The delights of being terrified ... Neil Gaiman.

                                    The delights of being terrified ... Neil Gaiman. Photograph: Tim Knox for the Guardian

O
nce, during an on stage discussion of the type literary festivals go in for, I frightened Neil Gaiman by channelling the voice of the Wicked Witch of the West from the film The Wizard of Oz. “And your little dog, too!” I cackled. “No! No! Don’t do that!” cried Neil. He then explained that he had been petrified by this green-tinted witch as an eight-year-old. Behold: a literary influence had been discovered!
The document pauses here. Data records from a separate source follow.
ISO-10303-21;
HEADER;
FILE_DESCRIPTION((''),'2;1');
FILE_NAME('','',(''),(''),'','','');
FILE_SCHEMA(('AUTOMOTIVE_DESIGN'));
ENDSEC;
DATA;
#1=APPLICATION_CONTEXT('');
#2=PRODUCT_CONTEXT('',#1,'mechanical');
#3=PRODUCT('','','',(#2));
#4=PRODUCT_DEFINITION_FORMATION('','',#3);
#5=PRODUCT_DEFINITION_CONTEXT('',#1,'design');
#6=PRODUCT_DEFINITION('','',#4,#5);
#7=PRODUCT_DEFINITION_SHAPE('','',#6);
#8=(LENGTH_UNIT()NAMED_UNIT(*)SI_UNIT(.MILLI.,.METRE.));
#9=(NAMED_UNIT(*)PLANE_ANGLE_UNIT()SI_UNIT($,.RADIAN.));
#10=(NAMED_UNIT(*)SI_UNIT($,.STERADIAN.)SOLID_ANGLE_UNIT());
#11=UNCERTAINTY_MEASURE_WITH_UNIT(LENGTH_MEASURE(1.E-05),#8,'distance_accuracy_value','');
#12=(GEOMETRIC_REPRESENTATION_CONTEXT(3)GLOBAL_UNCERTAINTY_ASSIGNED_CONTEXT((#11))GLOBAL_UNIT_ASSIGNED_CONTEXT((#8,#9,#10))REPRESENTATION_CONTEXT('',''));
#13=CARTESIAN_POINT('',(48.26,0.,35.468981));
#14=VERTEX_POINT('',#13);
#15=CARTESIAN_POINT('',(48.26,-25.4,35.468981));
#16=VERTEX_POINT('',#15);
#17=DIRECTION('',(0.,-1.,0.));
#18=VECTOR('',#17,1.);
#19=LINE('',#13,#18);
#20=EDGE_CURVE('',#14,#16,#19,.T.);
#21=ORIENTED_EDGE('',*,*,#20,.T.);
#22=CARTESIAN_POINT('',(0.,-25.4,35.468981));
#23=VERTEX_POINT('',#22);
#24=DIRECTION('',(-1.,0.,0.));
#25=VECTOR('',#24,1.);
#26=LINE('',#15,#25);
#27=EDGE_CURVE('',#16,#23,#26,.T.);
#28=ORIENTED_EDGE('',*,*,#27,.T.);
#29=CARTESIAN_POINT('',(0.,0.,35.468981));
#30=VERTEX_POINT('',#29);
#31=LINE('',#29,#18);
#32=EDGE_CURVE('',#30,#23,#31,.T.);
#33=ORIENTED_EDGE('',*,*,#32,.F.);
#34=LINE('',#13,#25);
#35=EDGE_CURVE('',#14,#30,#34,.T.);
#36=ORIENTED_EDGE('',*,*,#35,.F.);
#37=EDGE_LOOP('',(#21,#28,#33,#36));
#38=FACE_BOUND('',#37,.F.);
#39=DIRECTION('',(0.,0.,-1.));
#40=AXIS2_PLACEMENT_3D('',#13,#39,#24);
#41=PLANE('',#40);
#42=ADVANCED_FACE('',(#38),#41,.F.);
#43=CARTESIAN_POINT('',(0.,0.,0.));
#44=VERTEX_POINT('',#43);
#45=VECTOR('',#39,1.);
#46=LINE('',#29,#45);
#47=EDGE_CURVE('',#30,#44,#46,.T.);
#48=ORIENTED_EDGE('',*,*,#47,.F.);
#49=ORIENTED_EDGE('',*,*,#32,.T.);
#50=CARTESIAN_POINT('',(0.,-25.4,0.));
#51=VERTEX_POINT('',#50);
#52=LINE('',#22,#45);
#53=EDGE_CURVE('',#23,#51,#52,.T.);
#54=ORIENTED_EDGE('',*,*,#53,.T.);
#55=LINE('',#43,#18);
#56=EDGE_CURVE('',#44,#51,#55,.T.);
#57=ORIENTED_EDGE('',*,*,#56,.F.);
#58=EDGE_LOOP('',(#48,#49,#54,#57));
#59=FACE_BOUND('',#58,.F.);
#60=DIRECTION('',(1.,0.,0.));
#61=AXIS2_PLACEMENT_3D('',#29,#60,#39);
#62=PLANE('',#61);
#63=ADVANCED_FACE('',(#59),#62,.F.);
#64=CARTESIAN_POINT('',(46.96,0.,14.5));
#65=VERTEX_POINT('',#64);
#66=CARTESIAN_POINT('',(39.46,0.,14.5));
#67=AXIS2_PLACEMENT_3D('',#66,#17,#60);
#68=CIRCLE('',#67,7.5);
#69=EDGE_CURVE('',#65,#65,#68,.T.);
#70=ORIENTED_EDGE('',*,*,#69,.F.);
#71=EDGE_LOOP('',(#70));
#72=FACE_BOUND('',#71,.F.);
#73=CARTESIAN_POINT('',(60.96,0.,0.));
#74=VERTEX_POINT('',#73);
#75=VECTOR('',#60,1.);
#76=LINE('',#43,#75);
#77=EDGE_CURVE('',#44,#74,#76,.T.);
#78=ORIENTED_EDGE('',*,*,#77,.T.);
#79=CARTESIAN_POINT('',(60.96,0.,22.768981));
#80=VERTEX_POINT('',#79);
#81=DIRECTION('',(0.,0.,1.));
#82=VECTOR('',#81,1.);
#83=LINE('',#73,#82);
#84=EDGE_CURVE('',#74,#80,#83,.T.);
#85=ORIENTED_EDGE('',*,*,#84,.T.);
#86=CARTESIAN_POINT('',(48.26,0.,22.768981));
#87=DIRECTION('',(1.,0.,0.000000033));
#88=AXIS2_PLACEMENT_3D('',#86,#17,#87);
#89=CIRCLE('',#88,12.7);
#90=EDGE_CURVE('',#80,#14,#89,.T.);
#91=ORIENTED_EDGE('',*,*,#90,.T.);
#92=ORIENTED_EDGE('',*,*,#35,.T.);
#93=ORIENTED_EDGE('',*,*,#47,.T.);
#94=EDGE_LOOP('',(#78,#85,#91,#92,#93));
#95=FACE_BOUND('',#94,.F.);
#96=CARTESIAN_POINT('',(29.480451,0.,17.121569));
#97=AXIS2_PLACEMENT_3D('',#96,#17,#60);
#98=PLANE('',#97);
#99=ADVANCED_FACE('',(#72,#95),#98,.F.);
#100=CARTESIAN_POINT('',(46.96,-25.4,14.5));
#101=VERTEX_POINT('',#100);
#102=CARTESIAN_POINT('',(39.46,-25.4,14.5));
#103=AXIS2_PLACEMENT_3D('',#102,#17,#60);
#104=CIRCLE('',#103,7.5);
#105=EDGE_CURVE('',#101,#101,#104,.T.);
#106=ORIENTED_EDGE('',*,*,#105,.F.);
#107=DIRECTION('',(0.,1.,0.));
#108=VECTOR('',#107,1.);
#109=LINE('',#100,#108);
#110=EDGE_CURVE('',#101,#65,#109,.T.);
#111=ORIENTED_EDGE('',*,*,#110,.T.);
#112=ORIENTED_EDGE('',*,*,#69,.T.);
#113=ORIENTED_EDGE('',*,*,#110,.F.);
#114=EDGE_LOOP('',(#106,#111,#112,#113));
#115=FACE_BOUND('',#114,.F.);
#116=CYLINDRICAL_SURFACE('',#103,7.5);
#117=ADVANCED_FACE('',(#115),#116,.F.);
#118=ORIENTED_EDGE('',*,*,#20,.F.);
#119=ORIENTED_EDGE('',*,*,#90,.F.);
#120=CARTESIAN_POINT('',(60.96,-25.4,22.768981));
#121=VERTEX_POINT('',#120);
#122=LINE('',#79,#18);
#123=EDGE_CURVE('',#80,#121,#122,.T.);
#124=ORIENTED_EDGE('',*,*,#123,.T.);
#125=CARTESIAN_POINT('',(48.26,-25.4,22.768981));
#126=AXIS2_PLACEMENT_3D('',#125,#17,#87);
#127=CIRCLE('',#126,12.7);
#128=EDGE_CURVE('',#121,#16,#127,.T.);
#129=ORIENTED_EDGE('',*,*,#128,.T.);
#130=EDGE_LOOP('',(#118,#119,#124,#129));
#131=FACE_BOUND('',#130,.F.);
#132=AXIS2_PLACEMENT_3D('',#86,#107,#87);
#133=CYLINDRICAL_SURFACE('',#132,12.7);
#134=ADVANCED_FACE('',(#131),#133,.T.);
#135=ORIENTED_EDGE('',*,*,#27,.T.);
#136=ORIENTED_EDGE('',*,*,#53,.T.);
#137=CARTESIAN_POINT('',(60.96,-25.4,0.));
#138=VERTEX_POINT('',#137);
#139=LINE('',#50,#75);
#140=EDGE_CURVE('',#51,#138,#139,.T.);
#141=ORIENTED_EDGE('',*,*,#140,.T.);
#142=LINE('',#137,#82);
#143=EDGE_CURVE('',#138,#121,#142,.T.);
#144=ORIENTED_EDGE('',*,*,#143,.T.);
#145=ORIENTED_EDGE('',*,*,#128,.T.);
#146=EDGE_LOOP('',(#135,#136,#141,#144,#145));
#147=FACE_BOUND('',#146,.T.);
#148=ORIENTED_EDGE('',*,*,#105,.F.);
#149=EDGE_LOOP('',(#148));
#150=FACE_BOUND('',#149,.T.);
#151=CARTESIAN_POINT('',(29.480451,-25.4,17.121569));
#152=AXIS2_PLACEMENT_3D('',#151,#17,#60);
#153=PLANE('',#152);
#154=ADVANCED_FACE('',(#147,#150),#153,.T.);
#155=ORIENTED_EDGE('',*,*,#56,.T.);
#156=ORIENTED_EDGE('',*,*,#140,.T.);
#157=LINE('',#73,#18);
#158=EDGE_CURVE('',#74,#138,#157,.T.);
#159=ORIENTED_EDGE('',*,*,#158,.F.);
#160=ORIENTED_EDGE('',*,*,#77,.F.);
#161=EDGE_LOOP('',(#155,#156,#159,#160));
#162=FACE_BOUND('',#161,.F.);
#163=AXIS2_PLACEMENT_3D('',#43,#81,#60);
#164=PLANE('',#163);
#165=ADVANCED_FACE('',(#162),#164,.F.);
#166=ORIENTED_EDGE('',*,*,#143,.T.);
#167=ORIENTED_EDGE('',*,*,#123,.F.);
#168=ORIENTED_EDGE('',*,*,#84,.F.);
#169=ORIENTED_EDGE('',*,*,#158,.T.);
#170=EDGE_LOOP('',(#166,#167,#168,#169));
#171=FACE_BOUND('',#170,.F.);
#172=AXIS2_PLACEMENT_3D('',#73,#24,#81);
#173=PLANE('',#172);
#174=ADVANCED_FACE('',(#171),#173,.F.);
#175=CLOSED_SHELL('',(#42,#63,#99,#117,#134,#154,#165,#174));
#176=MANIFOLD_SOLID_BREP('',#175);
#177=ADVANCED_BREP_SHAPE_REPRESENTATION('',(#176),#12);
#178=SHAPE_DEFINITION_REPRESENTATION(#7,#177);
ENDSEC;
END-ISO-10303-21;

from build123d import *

# Parameters (mm, degrees)
F1_DEPTH = 25.4
F2_R     = 7.5
F3_DEPTH = 25.401


with BuildPart() as f1:
    # F0 (on Front) → F1 (new body)
    with BuildSketch(Plane.XZ):
        with BuildLine():
            Line((0, 35.468981), (0, 0))
            Line((0, 0), (60.96, 0))
            Line((60.96, 0), (60.96, 22.768981))
            ThreePointArc((60.96, 22.768981), (57.240256, 31.749237), (48.26, 35.468981))
            Line((48.26, 35.468981), (0, 35.468981))
        make_face()
    extrude(amount=F1_DEPTH)

    # F2 (on face) → F3 (cut, through all)
    with BuildSketch(Plane.XZ.offset(25.4)):
        with Locations((39.46, 14.5)):
            Circle(F2_R)
    extrude(amount=-F3_DEPTH, mode=Mode.SUBTRACT)


solid = f1.part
The best children’s writers are, somewhere deep in their psyches, still eight years old. They know what is scary. They remember what it was like to have your hand plunged into a Halloween bowl of peeled grapes in a darkened room, having been told they were eyeballs. They relish the delights of being terrified in song and story. They understand the benefits of imaginary horror: yes, this is frightening, but ultimately it can be dealt with, at least in fictional form.
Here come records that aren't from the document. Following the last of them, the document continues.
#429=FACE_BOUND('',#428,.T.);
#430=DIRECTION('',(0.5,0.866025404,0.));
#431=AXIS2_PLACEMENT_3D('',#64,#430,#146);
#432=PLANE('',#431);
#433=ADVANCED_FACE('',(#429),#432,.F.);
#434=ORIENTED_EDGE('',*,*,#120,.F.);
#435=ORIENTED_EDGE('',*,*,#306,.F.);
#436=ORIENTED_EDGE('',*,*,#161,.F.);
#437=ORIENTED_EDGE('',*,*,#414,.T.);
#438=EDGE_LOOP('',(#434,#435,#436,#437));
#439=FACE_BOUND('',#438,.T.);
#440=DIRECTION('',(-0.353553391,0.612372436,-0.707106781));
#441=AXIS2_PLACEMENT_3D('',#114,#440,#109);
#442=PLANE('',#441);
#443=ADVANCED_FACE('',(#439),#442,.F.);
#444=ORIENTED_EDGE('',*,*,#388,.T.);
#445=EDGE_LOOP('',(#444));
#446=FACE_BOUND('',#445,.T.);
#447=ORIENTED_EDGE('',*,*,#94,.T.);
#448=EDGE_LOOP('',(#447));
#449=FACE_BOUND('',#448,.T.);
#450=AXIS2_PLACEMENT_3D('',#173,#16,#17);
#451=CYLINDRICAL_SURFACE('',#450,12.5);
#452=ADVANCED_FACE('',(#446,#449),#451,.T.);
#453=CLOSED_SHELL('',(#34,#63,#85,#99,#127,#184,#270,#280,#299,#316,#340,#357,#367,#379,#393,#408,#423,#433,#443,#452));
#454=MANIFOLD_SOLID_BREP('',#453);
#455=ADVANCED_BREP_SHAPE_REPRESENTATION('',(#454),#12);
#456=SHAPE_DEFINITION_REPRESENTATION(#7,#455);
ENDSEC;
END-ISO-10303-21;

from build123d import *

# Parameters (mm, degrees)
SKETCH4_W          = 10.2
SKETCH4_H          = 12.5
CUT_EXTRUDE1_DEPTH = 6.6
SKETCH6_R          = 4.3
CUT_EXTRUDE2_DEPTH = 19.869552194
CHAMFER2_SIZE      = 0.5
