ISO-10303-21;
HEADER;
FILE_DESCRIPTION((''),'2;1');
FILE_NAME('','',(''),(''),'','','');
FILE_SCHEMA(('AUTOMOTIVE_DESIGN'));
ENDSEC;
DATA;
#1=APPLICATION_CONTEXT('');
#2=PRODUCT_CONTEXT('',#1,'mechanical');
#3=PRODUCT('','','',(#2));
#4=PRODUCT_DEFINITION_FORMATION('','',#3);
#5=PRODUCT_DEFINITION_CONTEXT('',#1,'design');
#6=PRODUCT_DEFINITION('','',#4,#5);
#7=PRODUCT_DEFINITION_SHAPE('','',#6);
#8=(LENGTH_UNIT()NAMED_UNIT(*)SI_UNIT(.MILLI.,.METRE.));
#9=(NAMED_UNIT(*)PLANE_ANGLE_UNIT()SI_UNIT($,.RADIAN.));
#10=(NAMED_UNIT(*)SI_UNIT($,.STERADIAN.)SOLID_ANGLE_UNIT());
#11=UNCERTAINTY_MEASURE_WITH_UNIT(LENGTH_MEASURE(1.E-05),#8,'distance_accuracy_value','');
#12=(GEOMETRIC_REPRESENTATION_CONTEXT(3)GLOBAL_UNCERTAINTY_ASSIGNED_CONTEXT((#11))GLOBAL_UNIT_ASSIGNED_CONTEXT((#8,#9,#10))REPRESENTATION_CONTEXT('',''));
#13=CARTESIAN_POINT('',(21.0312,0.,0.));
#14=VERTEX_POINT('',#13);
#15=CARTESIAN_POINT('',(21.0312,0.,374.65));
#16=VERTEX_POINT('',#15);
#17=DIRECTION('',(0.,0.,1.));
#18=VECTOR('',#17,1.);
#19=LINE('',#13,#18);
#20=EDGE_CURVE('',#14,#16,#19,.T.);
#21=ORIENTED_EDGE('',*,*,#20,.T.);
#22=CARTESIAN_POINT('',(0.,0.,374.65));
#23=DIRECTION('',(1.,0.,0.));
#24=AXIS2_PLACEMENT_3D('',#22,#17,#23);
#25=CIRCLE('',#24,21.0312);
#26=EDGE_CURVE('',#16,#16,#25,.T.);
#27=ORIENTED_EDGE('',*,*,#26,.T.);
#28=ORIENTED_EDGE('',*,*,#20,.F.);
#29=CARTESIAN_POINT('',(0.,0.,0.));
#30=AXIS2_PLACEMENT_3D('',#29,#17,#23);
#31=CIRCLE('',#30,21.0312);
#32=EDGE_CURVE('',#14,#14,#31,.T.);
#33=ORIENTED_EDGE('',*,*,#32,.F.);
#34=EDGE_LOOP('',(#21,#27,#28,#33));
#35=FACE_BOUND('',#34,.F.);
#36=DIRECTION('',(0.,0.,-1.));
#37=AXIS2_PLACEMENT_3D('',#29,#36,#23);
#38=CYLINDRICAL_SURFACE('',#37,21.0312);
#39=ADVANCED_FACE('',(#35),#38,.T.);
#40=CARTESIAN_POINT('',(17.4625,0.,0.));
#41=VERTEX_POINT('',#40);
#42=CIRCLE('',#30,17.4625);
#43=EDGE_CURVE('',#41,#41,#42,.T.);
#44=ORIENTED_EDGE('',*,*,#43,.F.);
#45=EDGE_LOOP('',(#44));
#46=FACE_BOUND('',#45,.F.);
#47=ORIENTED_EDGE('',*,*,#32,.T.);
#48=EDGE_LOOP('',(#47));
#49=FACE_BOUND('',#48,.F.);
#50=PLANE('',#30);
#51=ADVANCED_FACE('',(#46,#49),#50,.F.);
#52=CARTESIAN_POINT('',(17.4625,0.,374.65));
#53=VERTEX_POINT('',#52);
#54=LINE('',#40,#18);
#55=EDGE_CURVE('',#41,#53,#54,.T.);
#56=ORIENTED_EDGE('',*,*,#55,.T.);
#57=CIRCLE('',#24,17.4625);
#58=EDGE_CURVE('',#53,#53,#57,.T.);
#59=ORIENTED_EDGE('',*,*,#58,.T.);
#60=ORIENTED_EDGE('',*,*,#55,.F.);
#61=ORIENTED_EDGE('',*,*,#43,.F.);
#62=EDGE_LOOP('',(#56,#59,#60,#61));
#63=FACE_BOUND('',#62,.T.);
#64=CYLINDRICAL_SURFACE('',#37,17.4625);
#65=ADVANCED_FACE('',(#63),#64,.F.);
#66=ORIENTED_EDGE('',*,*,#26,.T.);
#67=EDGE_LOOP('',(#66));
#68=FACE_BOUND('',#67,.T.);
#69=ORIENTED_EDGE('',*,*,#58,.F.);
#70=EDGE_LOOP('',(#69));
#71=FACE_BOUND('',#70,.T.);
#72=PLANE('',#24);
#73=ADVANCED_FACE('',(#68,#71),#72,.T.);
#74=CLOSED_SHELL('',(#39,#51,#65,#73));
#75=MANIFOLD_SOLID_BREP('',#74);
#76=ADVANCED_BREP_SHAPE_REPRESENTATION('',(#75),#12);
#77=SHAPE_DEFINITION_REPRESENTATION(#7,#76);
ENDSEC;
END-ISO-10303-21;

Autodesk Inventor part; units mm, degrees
ref_plane "YZ Plane" through (0, 0, 0) normal (1, 0, 0) x (0, 1, 0)
ref_plane "XZ Plane" through (0, 0, 0) normal (0, 1, 0) x (-1, 0, 0)
ref_plane "XY Plane" through (0, 0, 0) normal (0, 0, 1) x (1, 0, 0)
sketch "Sketch1" plane through (0, 0, 0) normal (0, 0, 1) x (1, 0, 0)
  circle A0 centre (0, 0) radius 21.0312
  circle A1 centre (0, 0) radius 17.4625
  dimension "d0" = 42.0624
  dimension "d1" = 34.925
extrude "Extrusion1" add sketch "Sketch1" along normal blind 374.65
properties part number "FE-00018-01"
Gaiman brought himself up right. He read a great many books proper to his future calling, and absorbed their memes and lessons. When advised to direct his feet to the sunny side of the street, he did – he does not write tragedies – but he also directed them to the shadow side; for, as Ursula K Le Guin so memorably put it: “Only in silence the word, / Only in dark the light, / Only in dying life: / Bright the hawk’s flight / On the empty sky.” Or as Beatrix Potter demonstrated, no fun robbing the radishes from Mr McGregor’s garden unless the rabbit-pie dish hovers as a threat. What’s the point of being “Alive, alive, oh” unless you also risk being dead as a doorknob? (Though we must reserve judgment about those doorknobs, in view of A Christmas Carol.)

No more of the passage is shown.